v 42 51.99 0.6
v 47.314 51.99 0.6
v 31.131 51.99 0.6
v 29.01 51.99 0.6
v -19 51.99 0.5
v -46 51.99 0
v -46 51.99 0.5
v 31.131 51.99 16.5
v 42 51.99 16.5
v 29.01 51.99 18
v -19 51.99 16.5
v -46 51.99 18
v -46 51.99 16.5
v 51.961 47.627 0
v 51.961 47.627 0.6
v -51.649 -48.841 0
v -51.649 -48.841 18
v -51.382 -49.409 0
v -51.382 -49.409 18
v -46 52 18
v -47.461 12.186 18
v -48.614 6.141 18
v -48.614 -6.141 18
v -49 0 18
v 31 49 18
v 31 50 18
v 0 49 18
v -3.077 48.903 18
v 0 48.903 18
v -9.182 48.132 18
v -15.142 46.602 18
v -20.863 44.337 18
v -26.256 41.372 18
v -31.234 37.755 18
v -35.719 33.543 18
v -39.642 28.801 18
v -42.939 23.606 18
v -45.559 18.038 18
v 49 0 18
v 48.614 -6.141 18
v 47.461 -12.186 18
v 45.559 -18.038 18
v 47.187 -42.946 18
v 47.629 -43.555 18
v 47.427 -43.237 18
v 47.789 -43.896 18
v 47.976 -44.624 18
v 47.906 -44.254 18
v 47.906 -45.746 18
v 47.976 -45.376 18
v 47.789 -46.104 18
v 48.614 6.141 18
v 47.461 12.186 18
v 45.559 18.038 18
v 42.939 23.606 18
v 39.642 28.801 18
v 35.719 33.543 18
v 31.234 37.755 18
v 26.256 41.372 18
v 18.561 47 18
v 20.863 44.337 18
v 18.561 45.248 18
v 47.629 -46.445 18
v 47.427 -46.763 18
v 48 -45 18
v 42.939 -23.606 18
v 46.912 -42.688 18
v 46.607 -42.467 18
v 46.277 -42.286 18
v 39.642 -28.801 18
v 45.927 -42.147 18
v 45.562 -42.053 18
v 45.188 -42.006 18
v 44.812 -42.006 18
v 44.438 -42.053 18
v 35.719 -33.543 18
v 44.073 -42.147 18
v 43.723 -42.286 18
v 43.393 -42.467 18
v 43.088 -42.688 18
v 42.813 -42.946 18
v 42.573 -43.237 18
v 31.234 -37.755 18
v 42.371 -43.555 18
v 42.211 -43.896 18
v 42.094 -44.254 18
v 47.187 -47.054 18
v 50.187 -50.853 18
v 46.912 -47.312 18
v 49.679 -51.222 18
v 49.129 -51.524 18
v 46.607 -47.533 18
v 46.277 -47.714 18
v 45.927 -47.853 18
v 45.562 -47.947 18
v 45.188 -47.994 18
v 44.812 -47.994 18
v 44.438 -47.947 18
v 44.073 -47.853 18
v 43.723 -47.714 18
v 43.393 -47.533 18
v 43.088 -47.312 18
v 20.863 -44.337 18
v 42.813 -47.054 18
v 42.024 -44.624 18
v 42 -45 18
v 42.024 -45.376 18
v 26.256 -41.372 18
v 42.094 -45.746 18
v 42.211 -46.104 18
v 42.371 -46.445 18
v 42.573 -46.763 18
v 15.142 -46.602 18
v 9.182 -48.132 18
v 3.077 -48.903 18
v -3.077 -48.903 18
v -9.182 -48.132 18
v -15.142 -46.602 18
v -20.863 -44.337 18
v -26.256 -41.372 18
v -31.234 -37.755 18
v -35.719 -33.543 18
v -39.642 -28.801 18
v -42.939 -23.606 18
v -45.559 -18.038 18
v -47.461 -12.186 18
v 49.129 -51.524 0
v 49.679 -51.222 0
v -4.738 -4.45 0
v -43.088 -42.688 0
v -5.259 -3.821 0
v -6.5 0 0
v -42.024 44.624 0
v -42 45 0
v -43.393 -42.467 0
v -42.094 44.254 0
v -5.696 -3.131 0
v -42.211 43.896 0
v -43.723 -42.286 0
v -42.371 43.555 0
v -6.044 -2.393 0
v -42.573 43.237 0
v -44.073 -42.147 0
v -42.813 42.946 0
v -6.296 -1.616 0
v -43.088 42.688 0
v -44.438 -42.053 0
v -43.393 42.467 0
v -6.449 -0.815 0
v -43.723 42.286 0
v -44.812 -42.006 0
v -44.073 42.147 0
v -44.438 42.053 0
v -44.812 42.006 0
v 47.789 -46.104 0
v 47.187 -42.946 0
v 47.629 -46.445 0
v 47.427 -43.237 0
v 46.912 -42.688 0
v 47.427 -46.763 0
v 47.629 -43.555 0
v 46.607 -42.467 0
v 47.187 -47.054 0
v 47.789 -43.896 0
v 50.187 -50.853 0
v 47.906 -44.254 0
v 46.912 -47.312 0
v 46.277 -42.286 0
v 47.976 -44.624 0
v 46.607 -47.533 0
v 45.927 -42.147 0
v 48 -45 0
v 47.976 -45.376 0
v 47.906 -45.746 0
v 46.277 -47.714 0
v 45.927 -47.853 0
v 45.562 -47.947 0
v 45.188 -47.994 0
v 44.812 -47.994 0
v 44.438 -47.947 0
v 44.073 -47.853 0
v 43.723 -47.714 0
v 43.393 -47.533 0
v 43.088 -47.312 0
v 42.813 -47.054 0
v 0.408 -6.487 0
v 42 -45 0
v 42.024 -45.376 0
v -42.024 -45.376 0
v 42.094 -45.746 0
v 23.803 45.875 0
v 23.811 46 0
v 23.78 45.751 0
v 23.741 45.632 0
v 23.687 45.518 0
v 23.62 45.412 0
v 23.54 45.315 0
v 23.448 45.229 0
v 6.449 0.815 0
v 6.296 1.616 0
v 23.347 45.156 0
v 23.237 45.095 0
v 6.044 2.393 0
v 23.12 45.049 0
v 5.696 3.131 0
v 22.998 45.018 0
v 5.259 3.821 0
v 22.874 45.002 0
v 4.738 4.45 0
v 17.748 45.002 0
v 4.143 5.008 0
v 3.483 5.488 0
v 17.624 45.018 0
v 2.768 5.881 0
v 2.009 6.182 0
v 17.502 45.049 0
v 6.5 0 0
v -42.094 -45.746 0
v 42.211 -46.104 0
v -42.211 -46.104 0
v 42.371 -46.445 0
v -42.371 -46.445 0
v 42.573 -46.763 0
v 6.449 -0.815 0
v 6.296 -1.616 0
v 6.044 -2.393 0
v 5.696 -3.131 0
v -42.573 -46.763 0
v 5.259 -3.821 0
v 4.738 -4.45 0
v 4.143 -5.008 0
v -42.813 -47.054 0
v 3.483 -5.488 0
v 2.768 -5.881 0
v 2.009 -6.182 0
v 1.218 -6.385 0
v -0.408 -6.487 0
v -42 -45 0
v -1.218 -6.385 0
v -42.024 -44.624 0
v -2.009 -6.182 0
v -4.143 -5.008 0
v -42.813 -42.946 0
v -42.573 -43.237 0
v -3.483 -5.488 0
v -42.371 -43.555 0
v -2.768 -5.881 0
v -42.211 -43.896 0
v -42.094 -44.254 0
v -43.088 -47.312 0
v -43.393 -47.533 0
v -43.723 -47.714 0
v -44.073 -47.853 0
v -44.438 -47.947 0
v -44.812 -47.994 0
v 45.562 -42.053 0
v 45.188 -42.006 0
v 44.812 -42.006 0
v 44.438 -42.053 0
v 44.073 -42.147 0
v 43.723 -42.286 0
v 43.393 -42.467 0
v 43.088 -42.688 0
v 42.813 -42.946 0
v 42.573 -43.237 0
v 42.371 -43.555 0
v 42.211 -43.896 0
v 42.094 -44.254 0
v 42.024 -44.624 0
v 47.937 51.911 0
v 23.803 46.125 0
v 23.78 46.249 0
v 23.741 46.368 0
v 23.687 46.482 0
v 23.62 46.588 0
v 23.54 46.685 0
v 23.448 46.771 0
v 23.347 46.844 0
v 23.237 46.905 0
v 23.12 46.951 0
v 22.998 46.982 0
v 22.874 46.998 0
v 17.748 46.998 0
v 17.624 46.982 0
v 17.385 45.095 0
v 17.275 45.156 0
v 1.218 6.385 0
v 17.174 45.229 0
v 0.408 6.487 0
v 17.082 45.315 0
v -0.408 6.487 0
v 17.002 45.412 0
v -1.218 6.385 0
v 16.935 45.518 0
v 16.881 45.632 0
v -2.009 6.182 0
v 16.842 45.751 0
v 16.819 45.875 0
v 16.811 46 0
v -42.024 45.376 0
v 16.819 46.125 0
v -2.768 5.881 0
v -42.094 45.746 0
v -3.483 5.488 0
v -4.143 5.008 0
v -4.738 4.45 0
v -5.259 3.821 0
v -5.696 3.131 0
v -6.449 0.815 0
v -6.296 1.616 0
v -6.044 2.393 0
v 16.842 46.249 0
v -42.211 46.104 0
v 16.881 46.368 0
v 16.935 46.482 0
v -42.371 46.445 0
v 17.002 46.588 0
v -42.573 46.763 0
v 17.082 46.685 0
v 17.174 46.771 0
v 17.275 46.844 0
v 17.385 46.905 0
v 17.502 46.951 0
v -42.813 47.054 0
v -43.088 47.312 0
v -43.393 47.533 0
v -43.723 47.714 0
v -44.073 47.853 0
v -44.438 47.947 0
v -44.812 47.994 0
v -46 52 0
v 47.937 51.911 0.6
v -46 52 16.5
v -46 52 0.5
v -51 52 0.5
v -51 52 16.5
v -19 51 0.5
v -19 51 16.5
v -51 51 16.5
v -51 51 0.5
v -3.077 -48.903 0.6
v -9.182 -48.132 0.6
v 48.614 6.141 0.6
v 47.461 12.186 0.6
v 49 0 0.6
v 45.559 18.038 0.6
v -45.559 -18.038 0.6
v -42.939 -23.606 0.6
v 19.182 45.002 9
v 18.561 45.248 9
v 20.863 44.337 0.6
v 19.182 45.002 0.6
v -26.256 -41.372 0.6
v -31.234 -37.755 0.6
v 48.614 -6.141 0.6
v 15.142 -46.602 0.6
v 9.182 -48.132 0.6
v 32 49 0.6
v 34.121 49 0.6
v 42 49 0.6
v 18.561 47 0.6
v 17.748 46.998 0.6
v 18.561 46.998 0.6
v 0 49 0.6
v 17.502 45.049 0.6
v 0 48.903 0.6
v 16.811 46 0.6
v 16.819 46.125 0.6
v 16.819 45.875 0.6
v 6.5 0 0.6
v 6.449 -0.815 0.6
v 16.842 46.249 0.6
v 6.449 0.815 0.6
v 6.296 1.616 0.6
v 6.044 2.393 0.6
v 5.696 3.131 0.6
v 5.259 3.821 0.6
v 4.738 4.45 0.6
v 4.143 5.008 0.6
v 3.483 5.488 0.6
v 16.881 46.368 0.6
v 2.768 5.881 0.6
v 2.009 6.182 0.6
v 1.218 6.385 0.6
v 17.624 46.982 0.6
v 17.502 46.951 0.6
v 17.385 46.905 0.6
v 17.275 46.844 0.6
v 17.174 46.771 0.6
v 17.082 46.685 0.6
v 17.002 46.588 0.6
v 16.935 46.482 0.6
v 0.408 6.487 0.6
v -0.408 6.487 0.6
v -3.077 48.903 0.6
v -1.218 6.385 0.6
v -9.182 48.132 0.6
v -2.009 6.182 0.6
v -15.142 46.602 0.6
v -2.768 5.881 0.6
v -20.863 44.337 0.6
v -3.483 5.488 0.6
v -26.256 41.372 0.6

........

▸ **WORK TO BE COMPLETED**: Both end lines included, restate word for word the lines above from the line with "v -43.088 42.688 0" to the line with "v 44.438 -47.947 0", and nothing else.

▸ **RESPONSE TO THIS TASK**:
v -43.088 42.688 0
v -44.438 -42.053 0
v -43.393 42.467 0
v -6.449 -0.815 0
v -43.723 42.286 0
v -44.812 -42.006 0
v -44.073 42.147 0
v -44.438 42.053 0
v -44.812 42.006 0
v 47.789 -46.104 0
v 47.187 -42.946 0
v 47.629 -46.445 0
v 47.427 -43.237 0
v 46.912 -42.688 0
v 47.427 -46.763 0
v 47.629 -43.555 0
v 46.607 -42.467 0
v 47.187 -47.054 0
v 47.789 -43.896 0
v 50.187 -50.853 0
v 47.906 -44.254 0
v 46.912 -47.312 0
v 46.277 -42.286 0
v 47.976 -44.624 0
v 46.607 -47.533 0
v 45.927 -42.147 0
v 48 -45 0
v 47.976 -45.376 0
v 47.906 -45.746 0
v 46.277 -47.714 0
v 45.927 -47.853 0
v 45.562 -47.947 0
v 45.188 -47.994 0
v 44.812 -47.994 0
v 44.438 -47.947 0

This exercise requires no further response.